Start of Exercise materials
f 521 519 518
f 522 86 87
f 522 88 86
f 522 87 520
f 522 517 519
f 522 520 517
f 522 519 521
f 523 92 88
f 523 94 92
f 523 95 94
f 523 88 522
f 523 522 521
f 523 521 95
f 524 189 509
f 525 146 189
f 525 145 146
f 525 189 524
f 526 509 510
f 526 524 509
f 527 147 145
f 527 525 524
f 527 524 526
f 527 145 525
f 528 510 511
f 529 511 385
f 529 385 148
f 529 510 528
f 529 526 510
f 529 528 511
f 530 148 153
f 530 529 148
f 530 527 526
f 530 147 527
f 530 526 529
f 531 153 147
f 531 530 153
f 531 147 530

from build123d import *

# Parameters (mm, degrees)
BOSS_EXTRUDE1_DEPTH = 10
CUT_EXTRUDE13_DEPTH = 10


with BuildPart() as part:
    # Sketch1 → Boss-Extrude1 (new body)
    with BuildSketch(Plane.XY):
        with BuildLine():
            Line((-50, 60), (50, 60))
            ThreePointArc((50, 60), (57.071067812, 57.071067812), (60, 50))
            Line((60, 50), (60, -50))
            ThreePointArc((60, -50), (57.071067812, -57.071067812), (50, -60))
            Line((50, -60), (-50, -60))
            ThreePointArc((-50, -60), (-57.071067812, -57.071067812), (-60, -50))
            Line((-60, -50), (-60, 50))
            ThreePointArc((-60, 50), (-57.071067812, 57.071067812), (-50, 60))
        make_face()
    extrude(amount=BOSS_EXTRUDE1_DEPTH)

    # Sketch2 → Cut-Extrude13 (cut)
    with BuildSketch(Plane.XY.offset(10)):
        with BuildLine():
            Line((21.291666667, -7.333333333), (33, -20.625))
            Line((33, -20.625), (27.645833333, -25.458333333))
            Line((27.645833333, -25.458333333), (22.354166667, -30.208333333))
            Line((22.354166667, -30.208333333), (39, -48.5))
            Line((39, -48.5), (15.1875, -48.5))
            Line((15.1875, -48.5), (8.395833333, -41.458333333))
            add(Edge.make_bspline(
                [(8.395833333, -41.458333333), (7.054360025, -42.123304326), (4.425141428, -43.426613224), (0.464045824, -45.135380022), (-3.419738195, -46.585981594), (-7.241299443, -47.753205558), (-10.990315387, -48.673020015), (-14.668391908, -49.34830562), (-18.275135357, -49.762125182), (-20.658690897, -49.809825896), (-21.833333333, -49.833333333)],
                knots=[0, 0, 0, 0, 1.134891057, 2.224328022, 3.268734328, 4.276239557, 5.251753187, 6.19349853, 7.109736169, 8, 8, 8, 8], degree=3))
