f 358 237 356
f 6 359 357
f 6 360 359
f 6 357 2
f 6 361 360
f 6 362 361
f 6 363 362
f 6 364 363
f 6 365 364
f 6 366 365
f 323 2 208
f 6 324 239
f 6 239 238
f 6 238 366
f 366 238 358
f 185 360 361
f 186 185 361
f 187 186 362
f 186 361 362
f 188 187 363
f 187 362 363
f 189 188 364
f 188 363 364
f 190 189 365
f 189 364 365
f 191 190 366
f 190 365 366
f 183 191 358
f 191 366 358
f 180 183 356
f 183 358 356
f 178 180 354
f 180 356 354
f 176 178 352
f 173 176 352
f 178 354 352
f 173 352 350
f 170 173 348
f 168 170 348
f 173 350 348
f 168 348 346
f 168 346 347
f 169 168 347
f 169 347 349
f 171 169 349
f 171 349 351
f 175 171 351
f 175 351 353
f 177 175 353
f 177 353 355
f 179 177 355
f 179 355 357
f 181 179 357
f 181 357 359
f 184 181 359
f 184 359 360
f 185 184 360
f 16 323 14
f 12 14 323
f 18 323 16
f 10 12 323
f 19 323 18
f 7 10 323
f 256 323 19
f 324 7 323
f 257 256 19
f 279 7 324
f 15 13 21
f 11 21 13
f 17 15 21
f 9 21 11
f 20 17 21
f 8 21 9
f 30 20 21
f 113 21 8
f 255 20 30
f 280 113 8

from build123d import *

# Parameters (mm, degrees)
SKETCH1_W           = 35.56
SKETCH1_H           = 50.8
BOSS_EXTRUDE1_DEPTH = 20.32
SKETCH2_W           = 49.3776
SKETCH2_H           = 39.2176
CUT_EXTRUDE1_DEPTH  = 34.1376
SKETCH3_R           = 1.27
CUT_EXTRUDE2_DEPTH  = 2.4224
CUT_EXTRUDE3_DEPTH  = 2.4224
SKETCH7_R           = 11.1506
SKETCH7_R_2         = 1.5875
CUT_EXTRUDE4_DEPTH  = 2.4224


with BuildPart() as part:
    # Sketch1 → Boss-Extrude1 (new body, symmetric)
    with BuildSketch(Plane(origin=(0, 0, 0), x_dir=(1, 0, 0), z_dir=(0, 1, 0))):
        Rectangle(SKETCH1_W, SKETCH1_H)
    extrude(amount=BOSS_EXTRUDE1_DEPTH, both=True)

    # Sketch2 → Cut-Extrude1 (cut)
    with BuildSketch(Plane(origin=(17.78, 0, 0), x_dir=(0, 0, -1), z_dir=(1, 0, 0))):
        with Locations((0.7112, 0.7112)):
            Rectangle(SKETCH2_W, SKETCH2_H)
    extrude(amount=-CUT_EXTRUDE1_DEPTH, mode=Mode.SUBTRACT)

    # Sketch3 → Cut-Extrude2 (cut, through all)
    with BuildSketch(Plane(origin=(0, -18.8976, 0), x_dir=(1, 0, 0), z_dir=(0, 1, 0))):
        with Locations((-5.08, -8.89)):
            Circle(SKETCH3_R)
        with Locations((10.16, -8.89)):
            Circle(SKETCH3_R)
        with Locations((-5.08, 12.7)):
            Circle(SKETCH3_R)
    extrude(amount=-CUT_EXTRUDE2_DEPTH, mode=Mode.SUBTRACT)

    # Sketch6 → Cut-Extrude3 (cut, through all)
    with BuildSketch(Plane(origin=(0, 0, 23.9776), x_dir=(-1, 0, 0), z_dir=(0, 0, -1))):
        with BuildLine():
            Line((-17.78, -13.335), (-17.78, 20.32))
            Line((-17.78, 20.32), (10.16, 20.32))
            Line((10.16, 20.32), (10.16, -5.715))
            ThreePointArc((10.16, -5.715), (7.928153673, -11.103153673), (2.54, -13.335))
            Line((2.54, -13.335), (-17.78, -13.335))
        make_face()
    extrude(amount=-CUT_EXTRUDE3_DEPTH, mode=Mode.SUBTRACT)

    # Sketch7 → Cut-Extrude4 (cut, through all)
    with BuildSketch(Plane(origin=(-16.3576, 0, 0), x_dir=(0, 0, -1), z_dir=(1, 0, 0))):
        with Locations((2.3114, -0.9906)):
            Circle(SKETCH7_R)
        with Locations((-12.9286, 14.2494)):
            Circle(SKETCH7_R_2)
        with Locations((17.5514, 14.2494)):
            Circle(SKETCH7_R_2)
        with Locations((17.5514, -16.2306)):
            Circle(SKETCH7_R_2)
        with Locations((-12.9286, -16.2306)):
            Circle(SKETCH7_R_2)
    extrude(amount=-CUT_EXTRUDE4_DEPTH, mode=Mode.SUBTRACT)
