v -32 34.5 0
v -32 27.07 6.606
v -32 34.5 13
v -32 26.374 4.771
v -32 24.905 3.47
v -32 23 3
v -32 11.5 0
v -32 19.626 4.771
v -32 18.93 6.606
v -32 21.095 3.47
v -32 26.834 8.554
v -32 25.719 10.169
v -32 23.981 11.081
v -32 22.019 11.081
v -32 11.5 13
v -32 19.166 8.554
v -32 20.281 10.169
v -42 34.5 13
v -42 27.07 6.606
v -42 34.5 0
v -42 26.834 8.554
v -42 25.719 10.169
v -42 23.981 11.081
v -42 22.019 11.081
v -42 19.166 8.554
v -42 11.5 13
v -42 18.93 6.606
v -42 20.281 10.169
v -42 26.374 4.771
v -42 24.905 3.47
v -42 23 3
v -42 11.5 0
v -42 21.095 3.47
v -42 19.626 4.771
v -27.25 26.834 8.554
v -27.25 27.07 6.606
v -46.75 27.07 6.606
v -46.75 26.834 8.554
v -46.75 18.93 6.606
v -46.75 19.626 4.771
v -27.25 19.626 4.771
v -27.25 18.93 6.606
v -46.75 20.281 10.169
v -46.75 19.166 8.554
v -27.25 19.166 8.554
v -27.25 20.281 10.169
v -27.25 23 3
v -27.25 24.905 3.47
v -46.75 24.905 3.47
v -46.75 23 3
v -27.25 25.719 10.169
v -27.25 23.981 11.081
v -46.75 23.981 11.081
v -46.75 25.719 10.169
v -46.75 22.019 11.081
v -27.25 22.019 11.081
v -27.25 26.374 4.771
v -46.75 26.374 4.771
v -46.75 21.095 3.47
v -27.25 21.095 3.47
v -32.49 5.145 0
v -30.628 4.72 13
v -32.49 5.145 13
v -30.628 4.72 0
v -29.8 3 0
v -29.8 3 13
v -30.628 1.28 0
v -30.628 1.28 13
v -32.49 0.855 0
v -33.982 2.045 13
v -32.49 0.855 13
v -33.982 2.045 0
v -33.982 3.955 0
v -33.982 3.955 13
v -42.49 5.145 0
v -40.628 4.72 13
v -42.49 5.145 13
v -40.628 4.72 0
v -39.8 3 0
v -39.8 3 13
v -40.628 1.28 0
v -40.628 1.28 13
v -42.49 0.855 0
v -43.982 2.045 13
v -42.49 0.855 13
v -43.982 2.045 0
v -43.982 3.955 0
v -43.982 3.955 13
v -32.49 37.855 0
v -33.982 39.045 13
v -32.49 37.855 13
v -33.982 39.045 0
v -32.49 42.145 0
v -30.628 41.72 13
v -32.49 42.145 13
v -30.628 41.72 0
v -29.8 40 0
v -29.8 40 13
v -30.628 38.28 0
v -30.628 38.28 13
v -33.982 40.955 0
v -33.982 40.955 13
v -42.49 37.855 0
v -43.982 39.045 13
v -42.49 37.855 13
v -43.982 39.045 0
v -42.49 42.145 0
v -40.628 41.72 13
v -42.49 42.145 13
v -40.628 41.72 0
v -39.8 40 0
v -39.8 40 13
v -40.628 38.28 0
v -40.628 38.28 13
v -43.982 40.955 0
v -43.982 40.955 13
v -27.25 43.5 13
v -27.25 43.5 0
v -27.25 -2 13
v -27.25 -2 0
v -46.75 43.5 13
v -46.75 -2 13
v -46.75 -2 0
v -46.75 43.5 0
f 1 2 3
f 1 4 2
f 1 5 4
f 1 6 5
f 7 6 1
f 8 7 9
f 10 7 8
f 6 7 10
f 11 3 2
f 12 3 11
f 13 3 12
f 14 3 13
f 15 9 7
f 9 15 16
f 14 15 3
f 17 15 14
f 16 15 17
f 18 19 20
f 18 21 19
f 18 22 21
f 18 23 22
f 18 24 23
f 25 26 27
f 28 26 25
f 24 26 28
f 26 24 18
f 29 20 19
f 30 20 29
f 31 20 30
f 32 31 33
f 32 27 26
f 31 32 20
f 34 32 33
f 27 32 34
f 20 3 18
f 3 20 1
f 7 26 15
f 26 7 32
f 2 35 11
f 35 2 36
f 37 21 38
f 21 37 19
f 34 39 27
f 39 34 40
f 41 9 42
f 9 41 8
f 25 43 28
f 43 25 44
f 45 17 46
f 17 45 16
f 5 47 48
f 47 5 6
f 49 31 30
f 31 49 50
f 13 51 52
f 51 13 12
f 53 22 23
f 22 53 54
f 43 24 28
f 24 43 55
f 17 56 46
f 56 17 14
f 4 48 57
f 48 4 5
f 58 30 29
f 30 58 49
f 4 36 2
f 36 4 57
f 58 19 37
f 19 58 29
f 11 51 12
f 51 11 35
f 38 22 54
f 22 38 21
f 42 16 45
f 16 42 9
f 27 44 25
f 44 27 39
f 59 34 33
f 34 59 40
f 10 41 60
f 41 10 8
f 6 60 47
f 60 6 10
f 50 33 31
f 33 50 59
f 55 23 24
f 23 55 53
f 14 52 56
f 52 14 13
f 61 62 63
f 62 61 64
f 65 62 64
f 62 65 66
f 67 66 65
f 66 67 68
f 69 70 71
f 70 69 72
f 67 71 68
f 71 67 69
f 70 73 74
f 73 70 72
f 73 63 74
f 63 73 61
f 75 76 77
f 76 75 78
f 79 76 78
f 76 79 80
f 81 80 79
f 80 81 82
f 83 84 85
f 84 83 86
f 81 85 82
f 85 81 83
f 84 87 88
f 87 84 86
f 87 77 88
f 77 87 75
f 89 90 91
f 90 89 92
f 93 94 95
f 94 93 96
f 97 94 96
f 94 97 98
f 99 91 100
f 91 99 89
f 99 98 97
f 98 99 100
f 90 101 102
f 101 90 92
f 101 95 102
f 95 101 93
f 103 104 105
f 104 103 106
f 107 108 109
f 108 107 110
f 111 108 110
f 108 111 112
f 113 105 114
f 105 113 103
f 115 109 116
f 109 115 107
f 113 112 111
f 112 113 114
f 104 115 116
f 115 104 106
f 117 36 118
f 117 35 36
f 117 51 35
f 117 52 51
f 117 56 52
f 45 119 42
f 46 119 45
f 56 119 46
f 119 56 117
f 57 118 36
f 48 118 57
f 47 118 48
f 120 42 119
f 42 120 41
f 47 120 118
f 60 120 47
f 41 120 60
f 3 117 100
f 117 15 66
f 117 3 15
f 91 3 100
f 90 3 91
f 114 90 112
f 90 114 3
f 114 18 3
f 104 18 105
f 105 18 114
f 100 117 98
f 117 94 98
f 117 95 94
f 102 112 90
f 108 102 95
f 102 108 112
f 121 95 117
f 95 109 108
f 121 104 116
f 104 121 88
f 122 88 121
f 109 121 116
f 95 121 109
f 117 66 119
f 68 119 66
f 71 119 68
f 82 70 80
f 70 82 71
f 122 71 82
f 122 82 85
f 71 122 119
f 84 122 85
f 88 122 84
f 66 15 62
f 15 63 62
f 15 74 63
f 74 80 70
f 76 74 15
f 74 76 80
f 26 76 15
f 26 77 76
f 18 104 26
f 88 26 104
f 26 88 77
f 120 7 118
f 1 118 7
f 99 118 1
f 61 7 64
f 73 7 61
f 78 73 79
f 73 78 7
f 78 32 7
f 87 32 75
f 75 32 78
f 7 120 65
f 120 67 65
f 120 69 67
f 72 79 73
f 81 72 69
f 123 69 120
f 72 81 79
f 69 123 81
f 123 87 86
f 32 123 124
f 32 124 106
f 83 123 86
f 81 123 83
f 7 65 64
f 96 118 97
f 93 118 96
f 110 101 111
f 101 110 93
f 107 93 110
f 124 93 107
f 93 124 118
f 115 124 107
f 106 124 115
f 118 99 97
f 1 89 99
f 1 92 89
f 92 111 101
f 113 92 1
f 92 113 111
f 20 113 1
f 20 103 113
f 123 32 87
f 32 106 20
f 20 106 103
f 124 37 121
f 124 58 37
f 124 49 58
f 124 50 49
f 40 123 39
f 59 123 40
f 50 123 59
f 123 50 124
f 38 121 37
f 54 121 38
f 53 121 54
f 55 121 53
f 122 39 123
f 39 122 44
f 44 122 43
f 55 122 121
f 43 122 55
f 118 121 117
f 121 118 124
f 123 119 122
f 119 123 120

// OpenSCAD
// file: ../configuration.scad
x_rod_distance = 45;

// Select your belt type ******************************************************

//T2.5
belt_tooth_distance = 2.5;
belt_tooth_ratio = 0.5;

//T5 (strongly discouraged)
//belt_tooth_distance = 5;
//belt_tooth_ratio = 0.75;

//HTD3
//belt_tooth_distance = 3;
//belt_tooth_ratio = 0.75;

//MXL
//belt_tooth_distance = 2.032;
//belt_tooth_ratio = 0.64;

// Select your hot-end mount ******************************************************

// 0 = none; 1 = groove-mount (J-head/MakerGear etc.)
hotend_mount = 1;

hotend_groovemount_depth = 5;
hotend_groovemount_diameter = 11.05;
// main file
// PRUSA iteration3
// Compact extruder
// GNU GPL v3
// Josef Průša <iam@josefprusa.cz> and contributors
// http://www.reprap.org/wiki/Prusa_Mendel
// http://prusamendel.org

include <../configuration.scad>



module motor_dummy(){
	translate([-22,-22,-5]) %cube([44,44,5]);
	translate([18,18,-5]) %cylinder(r=2, h=24);
	translate([18,-18,-5]) %cylinder(r=2, h=24);
	translate([-18,18,-5]) %cylinder(r=2, h=24);
	translate([-18,-18,-5]) %cylinder(r=2, h=24);
	translate([-22+2.5+10,0,-5]) %cylinder(r=2.5, h=7);
	
}

module extruder_base(){
 // Main body
 translate([-1,-2,0]) cube([22,56,30]);
 // Extruder plate mount
 if (hotend_mount == 1) { // groove-mount
  translate([-16,49,0]) cube([55,5 + hotend_groovemount_depth - 1.5,24]);
 } else {
  translate([-16,49,0]) cube([55,5,30]);
 }
 
 // Carriage mount cylinders
 translate([11,25,0]){
  translate([-12,24,0]) cylinder(r=5, h=30);
  translate([12,24,0]) cylinder(r=5, h=30);
 }

 // Smoother join
 translate([1,38,0]) rotate([0,0,45])  cube([10,10,30]);
}

module extruder_holes(){
 translate([11,25,0]){ // Translate to center of the main block
  // Main shaft opening
  translate([0,-2,-1]) cylinder(r=6.5, h=36);

  // Lower motor mount hole
  translate([-8.5,18-2,-1]) cylinder(r=2, h=35);
  translate([-8.5,18-2,21]) cylinder(r=3.1, h=35);
  // Upper motor mount hole
  translate([-8.5,-18-2,-1]) cylinder(r=2, h=35);
  translate([-8.5,-18-2,21]) cylinder(r=3.1, h=35);
  // Idler motor mount hole
  translate([-8.5+36,18-2,-1]) cylinder(r=2, h=35);
  translate([-8.5+36,18-2,21]) cylinder(r=3.1, h=35);

  // Carriage mount right screw head hole
  translate([-12,24,-3]) cylinder(r=3.5, h=23);
  // Carriage mount left screw head hole
  translate([12,24,-3]) cylinder(r=3.5, h=23);
  // Carriage mount right screw hole
  translate([-12,24,20.5]) cylinder(r=2, h=23);
  // Carriage mount left screw head hole
  translate([12,24,20.5]) cylinder(r=2, h=23);
  // Idler bearing cutout
  translate([11,0-2,-4.5+10]) cylinder(r=11, h=20);
 }
 // Filament path
 translate([1.5+11+3.5,65,11]) rotate([90,0,0]) cylinder(r=2, h=70);
 if (hotend_mount == 1) {
  // Hole for hotend
  translate([1.5+11+3.5,65,11]) rotate([90,0,0]) cylinder(r=hotend_groovemount_diameter/2, h=12.5);
 }
 // Hole for drive gear check
 translate([1.5+11+3.5-30,25,11]) rotate([90,0,90]) cylinder(r=4, h=70, $fn=20);
 translate([1.5+11+3.5-30,23,11]) rotate([90,0,90]) cylinder(r=4, h=70, $fn=20);
 translate([1.5+11+3.5-30,21,11]) rotate([90,0,90]) cylinder(r=4, h=70, $fn=20);

 // Left extruder plate mounting hole
 translate([1.5+11+3.5+15,65,11]) rotate([90,0,0]) cylinder(r=1.8, h=70);
 translate([1.5+11+3.5+15,47,11]) rotate([90,0,0]) cylinder(r=3.1, h=70, $fn=6);
 // Right extruder plate mounting hole
 translate([1.5+11+3.5-25,65,11]) rotate([90,0,0]) cylinder(r=1.8, h=70);
 translate([1.5+11+3.5-25,47,11]) rotate([90,0,0]) cylinder(r=3.1, h=70, $fn=6);

  // Idler mounting holes
  translate([11,25,10]){
   // Nut traps
   translate([-30,15,-5]) rotate([0,90,0]) rotate([0,0,30]) cylinder(r=3.3, h=30, $fn=6);
   translate([-30,-22,-5]) rotate([0,90,0]) rotate([0,0,30]) cylinder(r=3.3, h=30, $fn=6);
   translate([-30,15,5]) rotate([0,90,0]) rotate([0,0,30]) cylinder(r=3.3, h=30, $fn=6);
   translate([-30,-22,5]) rotate([0,90,0]) rotate([0,0,30]) cylinder(r=3.3, h=30, $fn=6);
   // Screws
   translate([-30,-22,-5]) rotate([0,90,0]) cylinder(r=2, h=70);
   translate([-30,-22,5]) rotate([0,90,0]) cylinder(r=2, h=70);
   translate([-30,15,-5]) rotate([0,90,0]) cylinder(r=2, h=70);
   translate([-30,15,5]) rotate([0,90,0]) cylinder(r=2, h=70);
	}

 translate([46,46,-1]) rotate([0,0,45]) cube([20,20,36]);
 translate([46,13,-1]) rotate([0,0,45]) cube([20,20,36]);
 translate([-22,46,-1]) rotate([0,0,45]) cube([20,20,36]);
 translate([-22,24,-1]) rotate([0,0,45]) cube([20,20,36]);
 translate([-8,-20,-1]) rotate([0,0,45]) cube([20,20,36]);
 translate([30,-20,-1]) rotate([0,0,45]) cube([20,20,36]);
}

module extruder_idler_base(){
 translate([0.25,0,0]) cube([19.5,45.5,8+5]);
	
}

module extruder_idler_holes(){
 translate([10,25,0]){
  // Main cutout
  cube([10,23,27], center= true);
  // Idler shaft
  translate([-12,0,4.1+3])rotate([0,90,0])cylinder(r=4.1, h=24);
  // Screw holes
  translate([5,-20,-1])cylinder(r=2.2, h=24);
  translate([-5,-20,-1])cylinder(r=2.2, h=24);
  translate([5,17,-1])cylinder(r=2.2, h=24);
  translate([-5,17,-1])cylinder(r=2.2, h=24);
 }
}


// Idler final part
module idler(){
 difference(){
  extruder_idler_base();
  extruder_idler_holes();
 }
}

//translate([12,0,1]) rotate([0,-90,0]) idler();
translate([-47,-2,0])  idler();
// Extruder final part
module extruder(){
 translate([-23,2,0])difference(){
  extruder_base();
  extruder_holes();
 }
}

//extruder();
//translate([-2.5,25,0]) motor_dummy();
End of Exercise materials
→ What is required: Report the lines above that have the word "Locations" in them.

→ Answer section:
        with Locations((0.7112, 0.7112)):
        with Locations((-5.08, -8.89)):
        with Locations((10.16, -8.89)):
        with Locations((-5.08, 12.7)):
        with Locations((2.3114, -0.9906)):
        with Locations((-12.9286, 14.2494)):
        with Locations((17.5514, 14.2494)):
        with Locations((17.5514, -16.2306)):
        with Locations((-12.9286, -16.2306)):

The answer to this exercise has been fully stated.